Earth Notes: On the SIKP 2000 A1 Portable Induction Hob: Review (2010)
Updated 2024-12-18.Product: SIKP 2000 A1
- Brand: SilverCrest
- Colour: black
- SKU: IAN54336
- MPN: SIKP2000 A1
- GTIN/UPC/EAN: 4019641019643
- OutOfStock
- GBP29.99 valid at/until:
Review summary
- SIKP 2000 A1
Fast to heat, light and small, a little noisy.
A good portable hob that saw us through a kitchen refurb. May also be good for outside use at a barbeque. Friends have expressed an interest in borrowing it for holidays! Does need pans specifically suitable for induction cooking.
- Pros:
- fast
- light
- small
- Cons:
- a little noisy
- Rating: 4/5
- Reviewer: Jean Ryder
- Published:
- Updated:
Why Consider Induction?
I'm interested in alternative cooking methods for energy efficiency, and how acceptable they are to the cook.
For example, it seems that a small efficient upright electric kettle can boil enough water for a cup of tea with a carbon footprint lower than using a hob (gas or electric) or even a microwave oven.
At the very least I'm interested to know how an induction hob compares on that front, but also how usable it is compared to our current gas hob for our day-to-day cooking.
Lidl had an offer in 2010 on for a portable one-place induction hob (SilverCrest SIKP 2000 A1, 2kW for £29.99) and at a third of prices from other retailers I thought it would be worth a go!
I assumed that while it would not work with our glass or aluminium pans, that it would work with our other metal (stainless steel) pans, but no. So after trying nearly every pan in the kitchen, and beginning to wonder if the hob was defective, I bought a £25 26cm frying/sauté pan with lid from Argos for induction hobs that will work happily on our gas hob too, and which was needed anyway. And thankfully it did work immediately when I got it home.
Camping Out in the Lounge
As for the planned experiment: I never got a round tuit, but while our kitchen was getting refurbished in early 2013 Jean did our cooking on this hob, the microwave oven, and a little bit on a portable electric grill. It seemed to work well and safely without letting a lot of heat into the room.

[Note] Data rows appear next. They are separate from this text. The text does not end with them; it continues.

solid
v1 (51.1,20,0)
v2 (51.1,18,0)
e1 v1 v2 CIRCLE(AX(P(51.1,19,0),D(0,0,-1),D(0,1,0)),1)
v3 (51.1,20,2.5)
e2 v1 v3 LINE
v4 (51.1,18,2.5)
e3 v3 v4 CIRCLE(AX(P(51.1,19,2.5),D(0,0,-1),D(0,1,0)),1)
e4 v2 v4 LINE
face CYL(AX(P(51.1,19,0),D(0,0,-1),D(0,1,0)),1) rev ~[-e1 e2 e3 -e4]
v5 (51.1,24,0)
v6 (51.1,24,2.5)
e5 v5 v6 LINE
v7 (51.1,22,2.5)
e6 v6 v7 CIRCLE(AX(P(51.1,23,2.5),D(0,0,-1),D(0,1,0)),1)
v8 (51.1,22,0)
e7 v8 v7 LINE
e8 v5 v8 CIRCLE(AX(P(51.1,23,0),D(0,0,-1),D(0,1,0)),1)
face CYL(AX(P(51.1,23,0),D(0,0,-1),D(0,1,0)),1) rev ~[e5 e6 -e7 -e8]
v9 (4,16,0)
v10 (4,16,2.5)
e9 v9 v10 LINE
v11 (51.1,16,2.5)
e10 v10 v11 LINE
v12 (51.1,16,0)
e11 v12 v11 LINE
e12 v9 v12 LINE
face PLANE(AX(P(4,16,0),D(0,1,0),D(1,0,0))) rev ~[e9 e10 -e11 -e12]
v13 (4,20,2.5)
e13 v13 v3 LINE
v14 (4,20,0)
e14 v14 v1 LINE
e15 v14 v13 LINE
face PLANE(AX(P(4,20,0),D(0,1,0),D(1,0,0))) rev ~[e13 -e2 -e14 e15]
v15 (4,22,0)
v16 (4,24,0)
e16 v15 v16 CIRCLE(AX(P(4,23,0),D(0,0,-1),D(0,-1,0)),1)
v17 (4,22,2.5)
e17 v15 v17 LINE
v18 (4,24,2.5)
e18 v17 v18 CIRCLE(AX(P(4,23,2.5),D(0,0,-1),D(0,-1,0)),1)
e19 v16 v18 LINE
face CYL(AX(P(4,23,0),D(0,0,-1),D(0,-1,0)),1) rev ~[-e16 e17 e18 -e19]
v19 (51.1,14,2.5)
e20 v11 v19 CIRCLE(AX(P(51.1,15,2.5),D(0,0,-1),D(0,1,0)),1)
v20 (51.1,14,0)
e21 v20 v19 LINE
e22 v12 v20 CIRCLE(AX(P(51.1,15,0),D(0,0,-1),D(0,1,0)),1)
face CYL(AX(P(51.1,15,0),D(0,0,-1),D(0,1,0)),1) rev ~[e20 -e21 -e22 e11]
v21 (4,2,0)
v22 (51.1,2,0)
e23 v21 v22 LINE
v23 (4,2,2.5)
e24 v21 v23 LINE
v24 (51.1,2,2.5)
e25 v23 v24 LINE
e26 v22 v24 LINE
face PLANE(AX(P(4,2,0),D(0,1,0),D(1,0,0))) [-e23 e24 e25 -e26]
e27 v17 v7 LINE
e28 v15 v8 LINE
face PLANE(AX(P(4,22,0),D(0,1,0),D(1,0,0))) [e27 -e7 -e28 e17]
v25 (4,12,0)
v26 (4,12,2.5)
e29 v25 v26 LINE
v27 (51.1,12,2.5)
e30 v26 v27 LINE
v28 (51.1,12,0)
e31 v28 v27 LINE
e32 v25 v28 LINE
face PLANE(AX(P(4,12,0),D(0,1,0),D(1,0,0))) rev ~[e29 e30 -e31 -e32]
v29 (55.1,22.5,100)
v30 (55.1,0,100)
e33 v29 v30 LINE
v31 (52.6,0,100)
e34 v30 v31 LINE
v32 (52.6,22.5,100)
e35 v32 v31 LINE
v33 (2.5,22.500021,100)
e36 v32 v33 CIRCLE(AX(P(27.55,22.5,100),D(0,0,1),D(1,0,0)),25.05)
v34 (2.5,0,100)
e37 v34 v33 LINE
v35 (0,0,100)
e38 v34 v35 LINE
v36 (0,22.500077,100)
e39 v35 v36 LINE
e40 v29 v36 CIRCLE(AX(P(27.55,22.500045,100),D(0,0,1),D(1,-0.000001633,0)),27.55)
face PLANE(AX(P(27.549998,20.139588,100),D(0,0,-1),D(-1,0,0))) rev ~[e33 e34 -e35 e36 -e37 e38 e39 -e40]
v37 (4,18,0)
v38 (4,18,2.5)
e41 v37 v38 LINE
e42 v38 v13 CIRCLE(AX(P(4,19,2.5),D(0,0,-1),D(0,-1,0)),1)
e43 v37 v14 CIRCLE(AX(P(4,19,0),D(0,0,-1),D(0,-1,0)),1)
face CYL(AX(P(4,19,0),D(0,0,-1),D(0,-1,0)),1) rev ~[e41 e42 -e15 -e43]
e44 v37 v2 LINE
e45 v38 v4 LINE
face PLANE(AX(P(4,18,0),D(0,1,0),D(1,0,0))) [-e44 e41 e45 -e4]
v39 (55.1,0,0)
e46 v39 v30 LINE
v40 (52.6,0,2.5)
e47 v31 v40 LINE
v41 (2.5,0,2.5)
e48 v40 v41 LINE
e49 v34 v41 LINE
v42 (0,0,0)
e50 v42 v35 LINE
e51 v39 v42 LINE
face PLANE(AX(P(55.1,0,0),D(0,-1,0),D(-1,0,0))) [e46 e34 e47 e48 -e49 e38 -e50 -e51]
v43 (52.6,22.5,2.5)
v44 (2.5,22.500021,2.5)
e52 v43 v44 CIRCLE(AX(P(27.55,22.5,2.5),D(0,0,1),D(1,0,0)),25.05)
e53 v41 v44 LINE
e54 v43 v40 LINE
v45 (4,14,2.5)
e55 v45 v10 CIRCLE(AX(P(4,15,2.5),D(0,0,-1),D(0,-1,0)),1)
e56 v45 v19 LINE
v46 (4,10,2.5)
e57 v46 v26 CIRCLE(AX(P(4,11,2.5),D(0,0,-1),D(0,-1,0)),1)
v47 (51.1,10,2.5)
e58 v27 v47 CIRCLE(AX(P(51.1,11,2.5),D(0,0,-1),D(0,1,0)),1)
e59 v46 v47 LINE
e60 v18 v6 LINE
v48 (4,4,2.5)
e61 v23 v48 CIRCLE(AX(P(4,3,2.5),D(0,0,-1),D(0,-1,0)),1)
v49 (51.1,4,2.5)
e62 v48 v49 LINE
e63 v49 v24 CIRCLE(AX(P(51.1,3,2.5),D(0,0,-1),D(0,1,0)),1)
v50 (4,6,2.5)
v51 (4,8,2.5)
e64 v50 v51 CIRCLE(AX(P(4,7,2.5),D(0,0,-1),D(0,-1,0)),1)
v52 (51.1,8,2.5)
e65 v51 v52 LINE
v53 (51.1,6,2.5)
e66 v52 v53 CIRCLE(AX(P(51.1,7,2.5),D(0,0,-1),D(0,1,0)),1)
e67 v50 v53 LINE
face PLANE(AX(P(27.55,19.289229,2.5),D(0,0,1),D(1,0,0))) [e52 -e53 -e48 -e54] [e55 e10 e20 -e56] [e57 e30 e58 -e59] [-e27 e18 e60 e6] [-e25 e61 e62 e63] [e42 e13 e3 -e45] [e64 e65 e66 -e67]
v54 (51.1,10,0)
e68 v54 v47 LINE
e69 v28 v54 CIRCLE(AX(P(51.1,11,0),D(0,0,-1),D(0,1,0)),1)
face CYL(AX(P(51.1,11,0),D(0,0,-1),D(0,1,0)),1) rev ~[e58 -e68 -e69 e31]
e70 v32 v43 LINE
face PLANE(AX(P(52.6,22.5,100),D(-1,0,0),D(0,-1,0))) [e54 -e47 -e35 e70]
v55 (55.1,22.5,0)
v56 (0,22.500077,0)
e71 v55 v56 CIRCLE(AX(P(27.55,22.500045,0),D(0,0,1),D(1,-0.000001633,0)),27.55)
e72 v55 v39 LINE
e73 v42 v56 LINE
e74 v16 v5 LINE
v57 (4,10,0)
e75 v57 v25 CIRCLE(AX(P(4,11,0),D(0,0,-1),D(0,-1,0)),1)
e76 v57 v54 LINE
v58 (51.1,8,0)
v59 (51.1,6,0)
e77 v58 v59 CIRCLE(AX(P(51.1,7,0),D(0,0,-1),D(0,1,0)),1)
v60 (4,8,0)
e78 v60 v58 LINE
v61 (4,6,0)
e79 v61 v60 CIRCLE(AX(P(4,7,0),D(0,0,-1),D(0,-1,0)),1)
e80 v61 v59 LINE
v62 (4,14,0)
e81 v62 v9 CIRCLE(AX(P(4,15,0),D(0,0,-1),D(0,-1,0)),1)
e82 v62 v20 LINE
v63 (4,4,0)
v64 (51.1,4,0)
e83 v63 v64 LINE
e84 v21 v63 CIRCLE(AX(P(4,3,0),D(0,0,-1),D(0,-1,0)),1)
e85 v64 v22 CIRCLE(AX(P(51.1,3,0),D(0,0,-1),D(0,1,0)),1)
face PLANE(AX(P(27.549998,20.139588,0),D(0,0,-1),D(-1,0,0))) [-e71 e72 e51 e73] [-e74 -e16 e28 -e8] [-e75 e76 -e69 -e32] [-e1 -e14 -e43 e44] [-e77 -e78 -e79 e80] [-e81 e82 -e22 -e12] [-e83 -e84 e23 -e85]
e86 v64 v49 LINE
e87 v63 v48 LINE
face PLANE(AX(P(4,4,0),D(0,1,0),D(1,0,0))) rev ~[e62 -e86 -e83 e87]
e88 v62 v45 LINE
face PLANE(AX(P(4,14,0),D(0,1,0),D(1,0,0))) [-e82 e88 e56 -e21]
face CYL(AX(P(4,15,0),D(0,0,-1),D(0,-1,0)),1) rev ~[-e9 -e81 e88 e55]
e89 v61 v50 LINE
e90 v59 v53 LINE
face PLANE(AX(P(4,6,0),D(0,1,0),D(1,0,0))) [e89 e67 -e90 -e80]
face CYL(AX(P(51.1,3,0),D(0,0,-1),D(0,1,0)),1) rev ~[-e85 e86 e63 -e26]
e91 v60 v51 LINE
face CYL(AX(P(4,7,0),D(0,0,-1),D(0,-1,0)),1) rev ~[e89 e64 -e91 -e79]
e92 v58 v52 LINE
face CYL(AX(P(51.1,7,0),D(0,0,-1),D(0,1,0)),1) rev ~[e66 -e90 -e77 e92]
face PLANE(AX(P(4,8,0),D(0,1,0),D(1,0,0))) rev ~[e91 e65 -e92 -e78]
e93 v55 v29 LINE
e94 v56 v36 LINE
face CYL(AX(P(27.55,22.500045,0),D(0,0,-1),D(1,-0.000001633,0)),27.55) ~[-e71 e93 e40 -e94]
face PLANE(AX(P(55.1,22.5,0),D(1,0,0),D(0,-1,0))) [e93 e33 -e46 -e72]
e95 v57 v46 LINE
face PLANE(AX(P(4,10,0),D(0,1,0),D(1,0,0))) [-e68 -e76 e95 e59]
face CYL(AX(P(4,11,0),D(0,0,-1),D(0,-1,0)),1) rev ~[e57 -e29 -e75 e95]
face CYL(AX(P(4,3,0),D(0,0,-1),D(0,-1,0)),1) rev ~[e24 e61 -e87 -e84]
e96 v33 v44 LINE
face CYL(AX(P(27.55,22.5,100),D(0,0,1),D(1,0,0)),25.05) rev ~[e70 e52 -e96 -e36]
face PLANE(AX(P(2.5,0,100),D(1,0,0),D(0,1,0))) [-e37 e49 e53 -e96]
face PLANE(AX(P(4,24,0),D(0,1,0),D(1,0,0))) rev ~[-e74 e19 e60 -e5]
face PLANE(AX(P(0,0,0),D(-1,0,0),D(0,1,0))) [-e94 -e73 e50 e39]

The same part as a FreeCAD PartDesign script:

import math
import FreeCAD as App
import Part
import Sketcher

V = App.Vector

doc = App.newDocument("Part")
params = doc.addObject("Spreadsheet::Sheet", "Params")
for row, (alias, value) in enumerate([
    ("sketch1_radius", "27.55 mm"),
    ("sketch1_height", "22.5 mm"),
    ("pad1_length", "100 mm"),
    ("sketch2_radius", "25.05 mm"),
    ("sketch2_height", "22.5 mm"),
    ("pocket1_length", "97.5 mm"),
    ("sketch3_radius", "1 mm"),
    ("sketch3_width", "47.1 mm"),
    ("pocket2_length", "2.5 mm"),
    ("linearpattern_pitch", "4 mm"),
], start=1):
    params.set(f"A{row}", alias)
    params.set(f"B{row}", "=" + value)
    params.setAlias(f"B{row}", alias)

body = doc.addObject("PartDesign::Body", "Body")

# Sketch on XY plane
sketch1 = body.newObject("Sketcher::SketchObject", "Sketch")
sketch1.AttachmentSupport = (doc.getObject("XY_Plane"), [""])
sketch1.MapMode = "FlatFace"
sketch1.addGeometry(Part.LineSegment(V(55.1, 0, 0), V(55.1, 22.5, 0)), False)
sketch1.addGeometry(Part.ArcOfCircle(Part.Circle(V(27.55, 22.500045, 0), V(0, 0, 1), 27.55), math.radians(-0.000094), math.radians(179.999933)), False)
sketch1.addGeometry(Part.LineSegment(V(0, 22.500077, 0), V(0, 0, 0)), False)
sketch1.addGeometry(Part.LineSegment(V(0, 0, 0), V(55.1, 0, 0)), False)
sketch1.addConstraint(Sketcher.Constraint("Coincident", 0, 2, 1, 1))
sketch1.addConstraint(Sketcher.Constraint("Coincident", 1, 2, 2, 1))
sketch1.addConstraint(Sketcher.Constraint("Coincident", 2, 2, 3, 1))
sketch1.addConstraint(Sketcher.Constraint("Coincident", 3, 2, 0, 1))
sketch1.addConstraint(Sketcher.Constraint("Vertical", 0))
sketch1.addConstraint(Sketcher.Constraint("Vertical", 2))
sketch1.addConstraint(Sketcher.Constraint("Horizontal", 3))
sketch1.addConstraint(Sketcher.Constraint("Coincident", 2, 2, -1, 1))
sketch1.addConstraint(Sketcher.Constraint("Radius", 1, 27.55))
sketch1.addConstraint(Sketcher.Constraint("DistanceY", 0, 1, 0, 2, 22.5))
sketch1.addConstraint(Sketcher.Constraint("DistanceY", 2, 2, 2, 1, 22.500077))
sketch1.addConstraint(Sketcher.Constraint("DistanceY", -1, 1, 1, 3, 22.500045))
sketch1.setExpression("Constraints[8]", "Params.sketch1_radius")
sketch1.setExpression("Constraints[9]", "Params.sketch1_height")
pad1 = body.newObject("PartDesign::Pad", "Pad")
pad1.Profile = sketch1
pad1.setExpression("Length", "Params.pad1_length")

Jean gives this hob a 4/5 rating. Fast to heat up but a little noisy. Good to take on holiday or outside for a BBQ. Light and small.
Our refurbished kitchen has an integrated 4-'ring' SMAKLIG IKEA induction hob. The move from gas to this was roughly carbon-neutral at the time. As the grid gets greener, the advantage grows.
(According to Mark W Tebbutt 2017-06-03: "Induction hob has lower carbon emissions than a gas hob when power grid ≥400gCO2 per kWh" and the rolling GB grid average is currently ~300gCO2/kWh.)
On first use Jean reported that the integrated hob seemed slower to start than the portable one.
Health Factors
2017-06-03: according to Mark W Tebbutt on Twitter: gas hobs were estimated to add 25–33% to the week-averaged indoor NO2 concentrations during summer & 35–39% in winter.
So switching to induction should have a useful beneficial effect on health.
Rematch: SilverCrest vs IKEA
2017-05-20: having spent years using the IKEA SMAKLIG, I thought that it would be interesting to test them side by side again.
The first things that Jean noted were that the SilverCrest seems to need unlocking (electronically) before use (for safety?), and that its fan is relatively noisy.
It's also possibly a little more fierce at the bottom end of the power range than the SMAKLIG. Though that may simply be a different spread that we could adjust to.
Jean is not convinced that the SilverCrest could be used every day as it does not feel totally robust.
The nominal power rating is ~2kW, so comparable with the SMAKLIG (2x2300W induction zone with booster; 3200W; 1x1400W induction zone with booster; 1800W; 1x1800W induction zone with booster; 2500W).
The price of the SilverCrest is much less than a single pad of the SMAKLIG.
But other than those details the SIKP 2000 still compares well with the SMAKLIG integrated hob even after years of practice with the latter!
2022-03-15: Given Away
This has been sitting around unused for maybe six years now. It still works. So we are giving it away via Freegle/FreeCycle so that someone else can have the benefit of induction! Maybe a small reduction in fossil fuel demand too.
There were lots (~20) of requests for the hob, including one from someone wanting to be able to cook smelly meals in a different room!